Books by Mayer, Milton

Mayer, Milton. They Thought They Were Free. 2nd. ed. Chicago: University of Chicago Press, [1955] 1966. ISBN 0-226-51192-8.
The author, a journalist descended from German Jewish immigrants to the United States, first visited Nazi Germany in 1935, spending a month in Berlin attempting to obtain, unsuccessfully, an interview with Hitler, notwithstanding the assistance of his friend, the U.S. ambassador, then travelled through the country reporting for a U.S. magazine. It was then that he first discovered, meeting with ordinary Germans, that Nazism was not, as many perceived it then and now, “the tyranny of a diabolical few over helpless millions” (p. xviii), but rather a mass movement grounded in the “little people” with a broad base of non-fanatic supporters.

Ten years after the end of the war, Mayer arranged a one year appointment as a visiting professor at the University of Frankfurt and moved, with his family, to a nearby town of about 20,000 he calls “Kronenberg”. There, he spent much of his time cultivating the friendship of ten men he calls “my ten Nazi friends”, all of whom joined the party for various reasons ranging from ideology, assistance in finding or keeping employment, to admiration of what they saw as Hitler's success (before the war) in restoring the German economy and position in the world. A large part of the book is reconstructed conversations with these people, exploring the motivations of those who supported Hitler (many of whom continued, a decade after Germany's disastrous defeat in the war he started, to believe the years of his rule prior to the war were Germany's golden age). Together they provide a compelling picture of life in a totalitarian society as perceived by people who liked it.

This is simultaneously a profoundly enlightening and disturbing book.
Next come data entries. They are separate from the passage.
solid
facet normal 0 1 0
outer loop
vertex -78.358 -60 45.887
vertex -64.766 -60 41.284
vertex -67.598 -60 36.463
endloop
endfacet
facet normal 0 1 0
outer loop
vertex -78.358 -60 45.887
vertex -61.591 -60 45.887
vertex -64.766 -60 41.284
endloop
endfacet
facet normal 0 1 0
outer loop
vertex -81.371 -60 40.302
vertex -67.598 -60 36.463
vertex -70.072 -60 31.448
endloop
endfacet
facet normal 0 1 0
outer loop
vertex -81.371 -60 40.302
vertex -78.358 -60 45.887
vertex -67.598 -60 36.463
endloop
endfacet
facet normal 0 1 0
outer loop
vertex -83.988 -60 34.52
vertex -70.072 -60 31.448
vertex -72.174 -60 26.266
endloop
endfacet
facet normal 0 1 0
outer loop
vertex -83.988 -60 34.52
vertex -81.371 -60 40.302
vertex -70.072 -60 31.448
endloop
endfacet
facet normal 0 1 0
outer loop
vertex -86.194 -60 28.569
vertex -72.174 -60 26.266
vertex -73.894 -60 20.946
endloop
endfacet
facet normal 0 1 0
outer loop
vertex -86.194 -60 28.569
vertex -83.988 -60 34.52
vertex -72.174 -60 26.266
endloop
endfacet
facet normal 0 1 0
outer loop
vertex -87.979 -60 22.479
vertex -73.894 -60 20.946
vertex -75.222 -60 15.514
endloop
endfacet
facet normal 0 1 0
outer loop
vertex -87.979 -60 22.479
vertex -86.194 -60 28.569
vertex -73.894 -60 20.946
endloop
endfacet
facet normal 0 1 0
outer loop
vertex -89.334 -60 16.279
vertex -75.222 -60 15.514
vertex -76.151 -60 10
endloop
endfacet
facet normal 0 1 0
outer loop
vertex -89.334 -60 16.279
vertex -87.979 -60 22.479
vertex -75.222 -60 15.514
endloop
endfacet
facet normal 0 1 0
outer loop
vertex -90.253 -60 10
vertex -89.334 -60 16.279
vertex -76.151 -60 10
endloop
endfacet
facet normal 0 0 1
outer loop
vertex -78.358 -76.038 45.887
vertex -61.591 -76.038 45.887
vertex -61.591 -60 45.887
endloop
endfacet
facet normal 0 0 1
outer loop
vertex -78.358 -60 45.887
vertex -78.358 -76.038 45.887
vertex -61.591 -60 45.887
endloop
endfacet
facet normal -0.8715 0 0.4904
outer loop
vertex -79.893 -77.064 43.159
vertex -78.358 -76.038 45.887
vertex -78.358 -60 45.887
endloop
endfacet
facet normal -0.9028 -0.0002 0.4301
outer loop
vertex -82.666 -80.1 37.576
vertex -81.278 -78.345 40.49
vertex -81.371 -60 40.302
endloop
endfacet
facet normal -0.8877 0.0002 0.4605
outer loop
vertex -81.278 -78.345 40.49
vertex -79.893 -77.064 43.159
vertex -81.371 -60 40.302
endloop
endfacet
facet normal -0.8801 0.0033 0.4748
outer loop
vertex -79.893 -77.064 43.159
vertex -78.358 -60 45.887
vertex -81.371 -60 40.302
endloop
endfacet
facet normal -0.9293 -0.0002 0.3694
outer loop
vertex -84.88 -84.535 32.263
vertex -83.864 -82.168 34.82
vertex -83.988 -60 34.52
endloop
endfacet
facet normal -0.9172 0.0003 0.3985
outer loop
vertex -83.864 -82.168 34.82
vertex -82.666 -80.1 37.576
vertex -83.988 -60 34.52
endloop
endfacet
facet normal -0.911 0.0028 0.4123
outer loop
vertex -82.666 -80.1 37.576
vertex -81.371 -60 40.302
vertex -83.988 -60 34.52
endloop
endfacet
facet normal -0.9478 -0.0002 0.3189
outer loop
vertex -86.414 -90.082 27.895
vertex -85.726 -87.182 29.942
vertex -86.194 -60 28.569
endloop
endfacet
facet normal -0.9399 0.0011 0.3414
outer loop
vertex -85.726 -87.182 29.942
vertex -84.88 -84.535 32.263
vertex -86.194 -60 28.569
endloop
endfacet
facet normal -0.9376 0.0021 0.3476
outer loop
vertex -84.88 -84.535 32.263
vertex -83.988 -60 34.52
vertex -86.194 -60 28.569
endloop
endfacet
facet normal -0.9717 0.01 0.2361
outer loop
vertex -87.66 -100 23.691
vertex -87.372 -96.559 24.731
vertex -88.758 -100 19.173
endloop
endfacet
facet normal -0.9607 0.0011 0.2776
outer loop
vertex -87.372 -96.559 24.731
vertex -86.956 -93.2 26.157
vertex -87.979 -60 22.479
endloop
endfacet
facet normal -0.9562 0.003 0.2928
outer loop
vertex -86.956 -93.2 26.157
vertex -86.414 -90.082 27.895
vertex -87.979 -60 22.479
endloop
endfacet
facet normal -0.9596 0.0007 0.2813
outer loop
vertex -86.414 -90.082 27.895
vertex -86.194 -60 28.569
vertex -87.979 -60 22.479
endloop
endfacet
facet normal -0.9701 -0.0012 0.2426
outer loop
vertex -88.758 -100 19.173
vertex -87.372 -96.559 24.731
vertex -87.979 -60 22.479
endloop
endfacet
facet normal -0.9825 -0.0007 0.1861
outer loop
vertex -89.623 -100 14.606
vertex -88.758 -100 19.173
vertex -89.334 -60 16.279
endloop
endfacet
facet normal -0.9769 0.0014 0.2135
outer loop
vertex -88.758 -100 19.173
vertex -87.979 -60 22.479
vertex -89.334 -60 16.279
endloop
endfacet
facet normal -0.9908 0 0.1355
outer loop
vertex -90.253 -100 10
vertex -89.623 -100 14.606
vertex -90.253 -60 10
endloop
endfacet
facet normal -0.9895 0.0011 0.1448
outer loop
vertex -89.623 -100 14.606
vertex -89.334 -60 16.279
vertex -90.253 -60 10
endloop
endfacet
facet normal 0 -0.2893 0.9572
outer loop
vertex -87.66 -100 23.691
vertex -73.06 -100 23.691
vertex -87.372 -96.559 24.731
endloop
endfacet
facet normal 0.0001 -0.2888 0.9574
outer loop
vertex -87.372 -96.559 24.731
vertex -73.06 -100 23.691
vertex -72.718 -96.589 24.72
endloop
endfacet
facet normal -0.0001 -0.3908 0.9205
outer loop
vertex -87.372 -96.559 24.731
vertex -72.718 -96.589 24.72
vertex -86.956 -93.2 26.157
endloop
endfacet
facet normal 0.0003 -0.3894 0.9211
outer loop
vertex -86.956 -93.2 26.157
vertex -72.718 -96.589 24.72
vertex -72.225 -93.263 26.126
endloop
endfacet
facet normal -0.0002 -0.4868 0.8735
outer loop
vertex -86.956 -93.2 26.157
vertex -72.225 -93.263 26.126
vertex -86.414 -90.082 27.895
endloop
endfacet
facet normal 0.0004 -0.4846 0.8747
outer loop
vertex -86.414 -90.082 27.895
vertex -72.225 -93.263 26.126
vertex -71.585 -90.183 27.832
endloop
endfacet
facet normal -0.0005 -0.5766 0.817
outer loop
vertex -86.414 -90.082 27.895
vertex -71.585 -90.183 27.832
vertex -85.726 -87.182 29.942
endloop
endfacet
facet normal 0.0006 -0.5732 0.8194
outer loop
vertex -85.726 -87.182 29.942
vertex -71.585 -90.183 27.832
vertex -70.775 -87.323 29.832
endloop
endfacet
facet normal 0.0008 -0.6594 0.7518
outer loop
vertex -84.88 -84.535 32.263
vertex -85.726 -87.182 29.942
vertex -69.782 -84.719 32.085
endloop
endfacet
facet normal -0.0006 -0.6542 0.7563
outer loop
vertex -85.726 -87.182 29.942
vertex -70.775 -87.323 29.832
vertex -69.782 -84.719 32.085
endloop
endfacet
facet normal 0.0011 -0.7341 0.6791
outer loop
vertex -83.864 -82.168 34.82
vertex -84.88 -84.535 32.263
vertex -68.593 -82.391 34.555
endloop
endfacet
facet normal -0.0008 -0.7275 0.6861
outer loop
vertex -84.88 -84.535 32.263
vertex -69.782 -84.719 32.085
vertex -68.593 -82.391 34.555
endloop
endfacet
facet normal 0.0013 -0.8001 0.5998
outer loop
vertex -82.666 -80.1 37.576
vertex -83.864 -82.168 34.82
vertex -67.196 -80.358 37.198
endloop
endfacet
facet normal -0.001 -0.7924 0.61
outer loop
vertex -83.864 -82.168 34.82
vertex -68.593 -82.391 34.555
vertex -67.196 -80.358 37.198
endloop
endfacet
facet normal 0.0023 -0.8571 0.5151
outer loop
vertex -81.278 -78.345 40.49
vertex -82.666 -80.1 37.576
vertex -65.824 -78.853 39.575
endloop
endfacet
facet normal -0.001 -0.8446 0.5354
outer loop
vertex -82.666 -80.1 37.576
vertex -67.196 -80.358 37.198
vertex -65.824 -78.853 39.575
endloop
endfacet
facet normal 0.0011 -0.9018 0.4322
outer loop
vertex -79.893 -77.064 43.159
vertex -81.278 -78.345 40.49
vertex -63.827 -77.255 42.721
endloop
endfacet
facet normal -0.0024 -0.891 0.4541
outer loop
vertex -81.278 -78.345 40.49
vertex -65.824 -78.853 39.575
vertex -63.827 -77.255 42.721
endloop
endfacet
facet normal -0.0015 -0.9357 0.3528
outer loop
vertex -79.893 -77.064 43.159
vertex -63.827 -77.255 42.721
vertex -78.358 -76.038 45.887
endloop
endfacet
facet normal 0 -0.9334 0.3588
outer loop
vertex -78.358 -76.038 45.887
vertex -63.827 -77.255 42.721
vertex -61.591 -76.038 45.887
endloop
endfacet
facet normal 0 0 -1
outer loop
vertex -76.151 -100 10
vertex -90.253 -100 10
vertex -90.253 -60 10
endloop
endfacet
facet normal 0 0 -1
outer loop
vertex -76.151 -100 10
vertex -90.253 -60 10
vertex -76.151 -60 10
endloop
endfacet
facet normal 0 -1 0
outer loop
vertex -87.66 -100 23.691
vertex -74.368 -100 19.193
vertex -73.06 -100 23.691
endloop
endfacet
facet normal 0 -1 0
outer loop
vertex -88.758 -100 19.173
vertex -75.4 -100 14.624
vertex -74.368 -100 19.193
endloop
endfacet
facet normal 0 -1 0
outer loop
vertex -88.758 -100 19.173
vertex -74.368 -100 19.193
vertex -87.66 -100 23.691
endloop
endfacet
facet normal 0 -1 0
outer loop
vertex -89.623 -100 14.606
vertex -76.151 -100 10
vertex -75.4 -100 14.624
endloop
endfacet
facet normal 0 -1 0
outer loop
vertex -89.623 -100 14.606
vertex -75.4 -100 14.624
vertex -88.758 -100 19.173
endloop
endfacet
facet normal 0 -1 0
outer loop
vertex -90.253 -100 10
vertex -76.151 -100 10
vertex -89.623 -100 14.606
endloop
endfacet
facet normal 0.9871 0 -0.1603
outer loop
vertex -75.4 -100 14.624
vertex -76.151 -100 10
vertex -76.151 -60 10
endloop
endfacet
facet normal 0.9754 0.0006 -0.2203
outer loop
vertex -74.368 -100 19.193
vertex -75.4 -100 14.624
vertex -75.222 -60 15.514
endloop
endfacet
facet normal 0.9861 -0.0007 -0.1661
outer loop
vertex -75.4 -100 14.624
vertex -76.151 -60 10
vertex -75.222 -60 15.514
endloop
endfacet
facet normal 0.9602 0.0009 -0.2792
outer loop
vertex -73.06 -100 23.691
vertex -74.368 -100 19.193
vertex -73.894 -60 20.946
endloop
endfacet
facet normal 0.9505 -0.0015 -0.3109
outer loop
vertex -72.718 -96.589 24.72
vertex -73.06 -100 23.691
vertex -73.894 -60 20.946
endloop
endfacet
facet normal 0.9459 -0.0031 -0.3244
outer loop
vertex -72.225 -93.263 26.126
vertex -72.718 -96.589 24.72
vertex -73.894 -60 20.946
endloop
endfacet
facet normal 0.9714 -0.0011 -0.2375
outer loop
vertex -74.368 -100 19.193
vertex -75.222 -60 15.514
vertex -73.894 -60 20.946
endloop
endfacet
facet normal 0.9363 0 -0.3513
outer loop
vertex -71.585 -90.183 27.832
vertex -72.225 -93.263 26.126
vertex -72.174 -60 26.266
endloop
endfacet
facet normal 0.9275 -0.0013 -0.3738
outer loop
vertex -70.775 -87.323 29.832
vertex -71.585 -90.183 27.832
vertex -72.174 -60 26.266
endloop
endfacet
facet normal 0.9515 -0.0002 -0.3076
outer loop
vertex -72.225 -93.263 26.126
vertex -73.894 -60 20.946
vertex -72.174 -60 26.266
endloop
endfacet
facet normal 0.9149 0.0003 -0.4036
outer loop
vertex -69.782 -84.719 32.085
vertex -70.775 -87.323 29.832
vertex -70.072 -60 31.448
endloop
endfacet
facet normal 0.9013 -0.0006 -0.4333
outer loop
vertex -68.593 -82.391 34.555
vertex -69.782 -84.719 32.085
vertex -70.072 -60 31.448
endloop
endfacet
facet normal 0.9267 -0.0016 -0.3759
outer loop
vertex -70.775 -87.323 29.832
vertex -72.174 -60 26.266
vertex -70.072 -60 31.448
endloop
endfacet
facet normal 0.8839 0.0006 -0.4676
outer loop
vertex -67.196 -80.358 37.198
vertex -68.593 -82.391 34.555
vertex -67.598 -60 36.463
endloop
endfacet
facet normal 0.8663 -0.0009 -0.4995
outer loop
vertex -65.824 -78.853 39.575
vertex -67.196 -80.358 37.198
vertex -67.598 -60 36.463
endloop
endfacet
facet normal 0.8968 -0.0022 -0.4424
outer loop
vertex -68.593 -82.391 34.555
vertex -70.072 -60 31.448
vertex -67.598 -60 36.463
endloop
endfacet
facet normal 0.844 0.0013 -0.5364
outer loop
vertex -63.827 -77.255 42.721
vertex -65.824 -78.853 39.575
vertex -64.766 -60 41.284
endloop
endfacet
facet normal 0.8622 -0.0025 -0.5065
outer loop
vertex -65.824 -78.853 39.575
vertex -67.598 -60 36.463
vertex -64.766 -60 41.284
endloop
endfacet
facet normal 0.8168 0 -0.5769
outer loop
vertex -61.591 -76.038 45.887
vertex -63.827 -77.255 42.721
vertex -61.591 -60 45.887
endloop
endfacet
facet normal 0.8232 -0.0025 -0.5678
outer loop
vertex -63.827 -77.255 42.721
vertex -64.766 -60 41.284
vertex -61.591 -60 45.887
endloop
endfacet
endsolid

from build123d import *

# Parameters (mm, degrees)
BOSS_EXTRUDE1_DEPTH      = 60
SKETCH25_W               = 5.5
SKETCH25_H               = 17
BOSS_EXTRUDE3_DEPTH      = 20
FILLET1_R                = 2.3
SKETCH28_W               = 8
SKETCH28_H               = 10
CUT_EXTRUDE17_DEPTH      = 265
CUT_EXTRUDE19_DEPTH      = 165.638713704
CUT_EXTRUDE19_DEPTH_BACK = 165.638713704
SKETCH30_W               = 183.61
SKETCH30_H               = 30
CUT_EXTRUDE20_DEPTH      = 165.638713704
CUT_EXTRUDE20_DEPTH_BACK = 165.638713704
SKETCH32_W               = 3
SKETCH32_H               = 14
CUT_EXTRUDE23_DEPTH      = 44
CUT_EXTRUDE23_DEPTH_BACK = 254
SKETCH40_W               = 29.770973954
SKETCH40_H               = 62.053600945
SKETCH41_R               = 3
CUT_EXTRUDE24_DEPTH      = 254
BOSS_EXTRUDE4_DEPTH      = 40
CUT_EXTRUDE21_DEPTH      = 90
CUT_EXTRUDE22_DEPTH      = 164.320868502
CUT_EXTRUDE22_DEPTH_BACK = 164.320868502


with BuildPart() as part:
    # Sketch1 → Boss-Extrude1 (new body)
    with BuildSketch(Plane(origin=(0, 0, 0), x_dir=(1, 0, 0), z_dir=(0, 1, 0))):
        with BuildLine():
            Line((91.805, -10), (90.252689849, -10))
            ThreePointArc((90.252689849, -10), (0, -90.805), (-90.252689849, -10))
            Line((-90.252689849, -10), (-91.805, -10))
            Line((-91.805, -10), (-91.805, 20))
            Line((-91.805, 20), (-76.805, 20))
            Line((-76.805, 20), (-76.805, 0))
            ThreePointArc((-76.805, 0), (0, -76.805), (76.805, 0))
            Line((76.805, 0), (76.805, 20))
            Line((76.805, 20), (91.805, 20))
            Line((91.805, 20), (91.805, -10))
        make_face()
    extrude(amount=-BOSS_EXTRUDE1_DEPTH)

    # Sketch25 → Boss-Extrude3 (add)
    with BuildSketch(Plane(origin=(0, -60, 0), x_dir=(-1, 0, 0), z_dir=(0, -1, 0))):
        with Locations((84.305, 5)):
            Rectangle(SKETCH25_W, SKETCH25_H)
        with Locations((-84.305, 5)):
            Rectangle(SKETCH25_W, SKETCH25_H)
    extrude(amount=BOSS_EXTRUDE3_DEPTH)

    # Fillet1
    fillet1_edges = [part.edges().sort_by_distance(p)[0] for p in [
        (84.305, -60, 3.5),
        (81.555, -60, -5),
        (87.055, -60, -5),
        (84.305, -60, -13.5),
        (-84.305, -60, 3.5),
        (-87.055, -60, -5),
        (-81.555, -60, -5),
        (-84.305, -60, -13.5),
    ]]
    fillet(fillet1_edges, radius=FILLET1_R)

    # Sketch28 → Cut-Extrude17 (cut)
    with BuildSketch(Plane(origin=(91.805, 0, 0), x_dir=(0, 0, -1), z_dir=(1, 0, 0))):
        with Locations((5, -42)):
            Rectangle(SKETCH28_W, SKETCH28_H)
    extrude(amount=-CUT_EXTRUDE17_DEPTH, mode=Mode.SUBTRACT)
The author's Nazi friends come across as almost completely unexceptional, and one comes to understand how the choices they made, rooted in the situation they found themselves, made perfect sense to them. And then, one cannot help but ask, “What would I have done in the same circumstances?” Mayer has no truck with what has come to be called multiculturalism—he is a firm believer in national character (although, of course, only on the average, with large individual variation), and he explains how history, over almost two millennia, has forged the German character and why it is unlikely to be changed by military defeat and a few years of occupation.

Apart from the historical insights, this book is highly topical when a global superpower is occupying a very different country, with a tradition and history far more remote from its own than was Germany's, and trying to instill institutions with no historical roots there. People forget, but ten years after the end of World War II many, Mayer included, considered the occupation of Germany to have been a failure. He writes (p. 303):

The failure of the Occupation could not, perhaps, have been averted in the very nature of the case. But it might have been mitigated. Its mitigation would have required the conquerors to do something they had never had to do in their history. They would have had to stop doing what they were doing and ask themselves some questions, hard questions, like, What is the German character? How did it get that way? What is wrong with its being that way? What way would be better, and what, if anything, could anybody do about it?
Wise questions, indeed, for any conqueror of any country.

The writing is so superb that you may find yourself re-reading paragraphs just to savour how they're constructed. It is also thought-provoking to ponder how many things, from the perspective of half a century later, the author got wrong. In his view the occupation of West Germany would fail to permanently implant democracy, that German re-militarisation and eventual aggression was almost certain unless blocked by force, and that the project of European unification was a pipe dream of idealists and doomed to failure. And yet, today, things seem to have turned out pretty well for Germany, the Germans, and their neighbours. The lesson of this may be that national character can be changed, but changing it is the work of generations, not a few years of military occupation. That is also something modern-day conquerors, especially Western societies with a short attention span, might want to bear in mind.